Gimferrer es uno de los poetas modernos con los que uno se siente cómodo. Su poética, tras superar el primer impacto de algunas audaces metáforas e insólitas asociaciones, fácilmente se familiariza con nuestro espíritu y corre como un vino alegre por nuestras venas. Además, comparte con nosotros su fascinación por Venecia.
La Venecia de Gimferrer, filtrada por la paleta impresionista de Fortuny, es un espacio vagaroso, tetradimensional, transitado por recurrentes personajes que van asomándose indisciplinadamente al espejismo del relato, a la fascinación del escenario. Del brazo del poeta recorren las áreas y rincones venecianos, deambulan insomnes la plaza de San Marco y los aledaños del barrio. Siguiendo sus pasos, los sorprendemos atravesando el puente de San Moisè, dejando a sus espaldas la filigrana barroca de su iglesia; desde lo alto del puente observan el transcurso de las góndolas por el fiume y vigilan las pinceladas indecisas de un pintor aficionado, enfrascado en una tela cuyo contenido se nos hurta. Virando en una esquina, a través de una callejuela estrecha, alcanzan la plaza de la Fenice, en cuyo teatro se representa Il due Foscari, con escenografía de Fortuny. En el espacio mítico de su escenario, podemos intuir las graves glorias pasadas de la ciudad, pues la Fenice es el aleph donde la ciudad se sueña a sí misma.
El dia de Venecia muere de ensoñación y de crepúsculo. Lamido por el oro viejo del sol que baña la plaza de San Marco, camina un Wagner vacilante, envejecido, cardiopático; en sus labios irrumpen balbucientes algunos compases del Parsifal, en concreto la entrada solemne de los caballeros del grial. Ha dejado el Lavena, como el fugitivo que abandona los jardines de Klingsor y, seguido de Cosima y el pequeño Sigfried, regresa a la góndola de Luigi, que lo conducirá hasta los muros ambiciosos y seguros del Vendramin. Allí garabateará los excelsos y culminantes compases de una música del porvenir, pero tras cuya límpida melodia, agazapado, amenaza el trítono en sordina de la muerte.
Hasta un campo desolado, a primeras horas de la mañana, seguimos el paseo azaroso de un conspicuo visitante parisino; es el Proust que busca y rebusca entre las piedras de Venecia un tiempo fugitivo.
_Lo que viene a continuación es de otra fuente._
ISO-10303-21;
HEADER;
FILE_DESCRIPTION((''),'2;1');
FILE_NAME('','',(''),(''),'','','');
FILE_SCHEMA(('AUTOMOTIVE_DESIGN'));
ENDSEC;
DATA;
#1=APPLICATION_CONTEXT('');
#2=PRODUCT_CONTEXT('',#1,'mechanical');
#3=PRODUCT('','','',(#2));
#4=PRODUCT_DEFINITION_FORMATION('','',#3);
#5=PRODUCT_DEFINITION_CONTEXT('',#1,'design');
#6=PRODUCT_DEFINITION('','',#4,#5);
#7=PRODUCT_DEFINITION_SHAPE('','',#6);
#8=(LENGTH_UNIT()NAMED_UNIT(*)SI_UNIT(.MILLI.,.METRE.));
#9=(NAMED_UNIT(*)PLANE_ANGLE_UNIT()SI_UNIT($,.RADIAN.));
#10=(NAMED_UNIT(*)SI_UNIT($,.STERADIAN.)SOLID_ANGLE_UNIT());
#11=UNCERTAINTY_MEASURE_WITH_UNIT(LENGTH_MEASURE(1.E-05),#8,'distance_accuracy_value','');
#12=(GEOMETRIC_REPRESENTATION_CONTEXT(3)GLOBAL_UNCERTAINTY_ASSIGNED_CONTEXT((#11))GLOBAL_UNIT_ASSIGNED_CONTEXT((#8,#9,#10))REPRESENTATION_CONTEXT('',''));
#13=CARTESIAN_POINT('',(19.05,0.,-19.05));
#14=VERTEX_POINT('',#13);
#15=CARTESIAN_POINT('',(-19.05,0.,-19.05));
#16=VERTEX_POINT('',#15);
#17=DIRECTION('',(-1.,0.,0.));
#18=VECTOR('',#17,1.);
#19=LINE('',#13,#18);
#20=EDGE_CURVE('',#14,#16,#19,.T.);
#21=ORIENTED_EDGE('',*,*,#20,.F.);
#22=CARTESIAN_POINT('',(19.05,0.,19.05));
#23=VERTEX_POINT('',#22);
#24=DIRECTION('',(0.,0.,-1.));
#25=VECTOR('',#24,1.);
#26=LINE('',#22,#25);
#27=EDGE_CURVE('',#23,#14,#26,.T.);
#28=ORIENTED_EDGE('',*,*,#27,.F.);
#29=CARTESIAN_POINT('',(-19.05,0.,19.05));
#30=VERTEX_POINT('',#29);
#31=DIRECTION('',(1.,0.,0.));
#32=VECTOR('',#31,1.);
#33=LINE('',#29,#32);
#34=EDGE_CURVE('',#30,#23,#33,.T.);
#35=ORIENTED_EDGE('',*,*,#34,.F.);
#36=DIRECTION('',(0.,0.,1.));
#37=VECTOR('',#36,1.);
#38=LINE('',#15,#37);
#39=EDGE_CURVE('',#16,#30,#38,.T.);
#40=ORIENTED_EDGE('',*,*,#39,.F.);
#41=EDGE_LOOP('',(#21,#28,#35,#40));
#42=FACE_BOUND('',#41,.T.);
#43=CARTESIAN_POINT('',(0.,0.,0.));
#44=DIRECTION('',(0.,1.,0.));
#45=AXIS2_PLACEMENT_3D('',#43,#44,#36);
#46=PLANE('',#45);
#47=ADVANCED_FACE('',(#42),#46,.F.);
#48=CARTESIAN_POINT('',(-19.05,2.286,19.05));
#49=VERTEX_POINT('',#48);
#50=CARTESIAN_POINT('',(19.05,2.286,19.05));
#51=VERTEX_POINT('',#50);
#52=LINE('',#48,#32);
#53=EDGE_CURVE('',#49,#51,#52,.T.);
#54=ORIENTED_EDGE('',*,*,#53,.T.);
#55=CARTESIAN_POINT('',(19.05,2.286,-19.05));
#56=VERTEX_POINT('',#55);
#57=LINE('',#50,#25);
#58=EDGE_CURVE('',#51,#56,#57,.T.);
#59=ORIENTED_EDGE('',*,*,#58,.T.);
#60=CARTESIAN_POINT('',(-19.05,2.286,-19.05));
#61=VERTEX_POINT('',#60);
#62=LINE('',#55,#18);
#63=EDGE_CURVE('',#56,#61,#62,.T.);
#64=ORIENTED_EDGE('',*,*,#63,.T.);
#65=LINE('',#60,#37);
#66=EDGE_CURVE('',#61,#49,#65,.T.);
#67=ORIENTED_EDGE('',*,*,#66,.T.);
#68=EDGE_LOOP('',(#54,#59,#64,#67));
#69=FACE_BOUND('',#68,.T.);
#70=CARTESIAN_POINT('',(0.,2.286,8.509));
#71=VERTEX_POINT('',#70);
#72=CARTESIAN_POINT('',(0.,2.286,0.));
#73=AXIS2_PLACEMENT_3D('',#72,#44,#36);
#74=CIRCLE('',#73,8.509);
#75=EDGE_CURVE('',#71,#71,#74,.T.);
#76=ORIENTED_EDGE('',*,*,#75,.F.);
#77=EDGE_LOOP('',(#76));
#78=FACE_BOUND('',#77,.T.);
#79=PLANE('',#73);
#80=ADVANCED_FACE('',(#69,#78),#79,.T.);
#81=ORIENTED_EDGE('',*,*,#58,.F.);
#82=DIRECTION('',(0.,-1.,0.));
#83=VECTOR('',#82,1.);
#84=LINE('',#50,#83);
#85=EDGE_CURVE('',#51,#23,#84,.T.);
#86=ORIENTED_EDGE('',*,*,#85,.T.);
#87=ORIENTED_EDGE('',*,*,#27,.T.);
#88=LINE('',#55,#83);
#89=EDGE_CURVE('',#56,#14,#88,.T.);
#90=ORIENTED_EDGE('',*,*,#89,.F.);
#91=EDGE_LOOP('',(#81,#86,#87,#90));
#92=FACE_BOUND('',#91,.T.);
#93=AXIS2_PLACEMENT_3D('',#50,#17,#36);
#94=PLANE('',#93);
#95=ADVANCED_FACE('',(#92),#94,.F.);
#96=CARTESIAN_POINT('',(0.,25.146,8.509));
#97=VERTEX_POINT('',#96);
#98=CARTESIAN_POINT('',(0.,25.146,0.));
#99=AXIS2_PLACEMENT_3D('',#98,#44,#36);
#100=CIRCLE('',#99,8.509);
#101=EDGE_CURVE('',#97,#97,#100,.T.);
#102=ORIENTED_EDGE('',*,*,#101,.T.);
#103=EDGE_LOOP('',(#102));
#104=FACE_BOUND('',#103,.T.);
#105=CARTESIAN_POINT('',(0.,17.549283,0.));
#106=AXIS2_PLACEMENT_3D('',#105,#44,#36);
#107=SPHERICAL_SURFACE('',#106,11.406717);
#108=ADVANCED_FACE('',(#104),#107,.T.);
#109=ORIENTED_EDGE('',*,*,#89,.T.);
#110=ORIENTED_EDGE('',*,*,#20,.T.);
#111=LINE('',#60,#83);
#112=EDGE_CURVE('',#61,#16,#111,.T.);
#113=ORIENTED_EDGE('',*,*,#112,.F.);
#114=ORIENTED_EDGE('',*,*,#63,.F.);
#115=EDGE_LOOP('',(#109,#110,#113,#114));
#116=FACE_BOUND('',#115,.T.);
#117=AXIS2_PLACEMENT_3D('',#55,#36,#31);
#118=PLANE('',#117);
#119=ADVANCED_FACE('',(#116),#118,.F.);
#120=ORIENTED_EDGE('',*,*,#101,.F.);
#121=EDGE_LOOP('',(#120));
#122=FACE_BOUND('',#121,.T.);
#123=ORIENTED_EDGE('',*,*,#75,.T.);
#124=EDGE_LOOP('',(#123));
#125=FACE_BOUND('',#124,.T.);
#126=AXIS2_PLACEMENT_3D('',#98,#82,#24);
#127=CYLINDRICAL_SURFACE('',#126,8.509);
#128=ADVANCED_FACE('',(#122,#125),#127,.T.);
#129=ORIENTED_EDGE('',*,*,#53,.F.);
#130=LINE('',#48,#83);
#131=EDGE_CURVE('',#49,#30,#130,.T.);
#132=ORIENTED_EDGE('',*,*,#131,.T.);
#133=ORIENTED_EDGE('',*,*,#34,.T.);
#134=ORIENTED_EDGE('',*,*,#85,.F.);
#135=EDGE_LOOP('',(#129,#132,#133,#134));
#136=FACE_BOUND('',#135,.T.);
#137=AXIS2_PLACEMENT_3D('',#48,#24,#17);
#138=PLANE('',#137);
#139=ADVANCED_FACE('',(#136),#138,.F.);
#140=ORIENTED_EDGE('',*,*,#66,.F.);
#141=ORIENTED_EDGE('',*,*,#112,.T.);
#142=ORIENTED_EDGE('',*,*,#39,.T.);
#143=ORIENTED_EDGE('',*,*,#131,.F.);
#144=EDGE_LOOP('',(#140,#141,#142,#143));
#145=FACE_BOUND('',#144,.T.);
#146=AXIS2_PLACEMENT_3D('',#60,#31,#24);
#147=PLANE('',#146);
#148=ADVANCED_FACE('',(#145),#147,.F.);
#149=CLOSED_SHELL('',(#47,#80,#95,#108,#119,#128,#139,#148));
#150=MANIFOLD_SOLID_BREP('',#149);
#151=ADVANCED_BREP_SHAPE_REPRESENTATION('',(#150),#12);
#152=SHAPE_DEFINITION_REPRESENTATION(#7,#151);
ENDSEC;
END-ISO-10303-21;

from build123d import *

# Parameters (mm, degrees)
SKETCH3_W           = 38.1
SKETCH3_H           = 38.1
BOSS_EXTRUDE1_DEPTH = 2.286
SKETCH4_R           = 8.509
BOSS_EXTRUDE2_DEPTH = 22.86
DOME2_FACE_RADIUS   = 8.509
DOME2_HEIGHT        = 3.81


with BuildPart() as part:
    # Sketch3 → Boss-Extrude1 (new body)
    with BuildSketch(Plane(origin=(0, 0, 0), x_dir=(1, 0, 0), z_dir=(0, 1, 0))):
        Rectangle(SKETCH3_W, SKETCH3_H)
    extrude(amount=BOSS_EXTRUDE1_DEPTH)

    # Sketch4 → Boss-Extrude2 (add)
    with BuildSketch(Plane(origin=(0, 2.286, 0), x_dir=(1, 0, 0), z_dir=(0, 1, 0))):
        Circle(SKETCH4_R)
    extrude(amount=BOSS_EXTRUDE2_DEPTH)

    # Dome2: a dome of height H over a round flat face of radius A is a cap of a sphere of radius (A * A + H * H) / (2 * H)
    dome2_r = (DOME2_FACE_RADIUS * DOME2_FACE_RADIUS + DOME2_HEIGHT * DOME2_HEIGHT) / (2 * DOME2_HEIGHT)
    dome2_base = Plane((0, 25.146, 0), z_dir=(0, 1, 0))
    with Locations(dome2_base.offset(DOME2_HEIGHT - dome2_r)):
        dome2_ball = Sphere(dome2_r, mode=Mode.PRIVATE)
    add(split(dome2_ball, bisect_by=dome2_base, keep=Keep.TOP, mode=Mode.PRIVATE))


solid = part.part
Sobre el muro de un palazzo de ventanales gótico-bizantinos observa la placa que celebra el fasto y óbito de Cimarosa, a quien también se le fue un tiempo acaso nunca recobrado. A Proust se le viene a la memoria un aria del Matrinonio Secreto. Es el pequeño poso que ha quedado en su alma del gran músico. Más tarde, desoyendo la nostalgia de esas músicas, el caminante se perderá en el laberinto por siempre hermético de la ciudad, ese cuyo celo custodia su secreto: ese alquímico crisol donde se fragua el milagro de Venecia. Recorrerá costrosos callejones, estrechos canales hediondos, en busca acaso de esa posibilidad que nunca ha encontrado en su vida. Al fin, harto de buscar, retornará al palazzo Barbaro, para tomar el té con los ingleses. Allí un mayestático pero comedido James, le hablará entre sigilos del extraño manuscrito de un tal Aspern.
Es la noche. Venecia suelta su aromada cabellera y se viste de brocado. Un velo de seda blanca cubre sus desnudeces algo ajadas de cortesana. En realidad, no cuentan las ásperas horas que son, sino esos fugaces instantes que fueron, en los cuales se alcanzó el sortilegio de lo eterno, que acaso no sea sino ese devenir constante y azogado del río de Heráclito, ese cuya ilusión trata de plasmar Fortuny, lienzo tras lienzo, vivencia tras vivencia.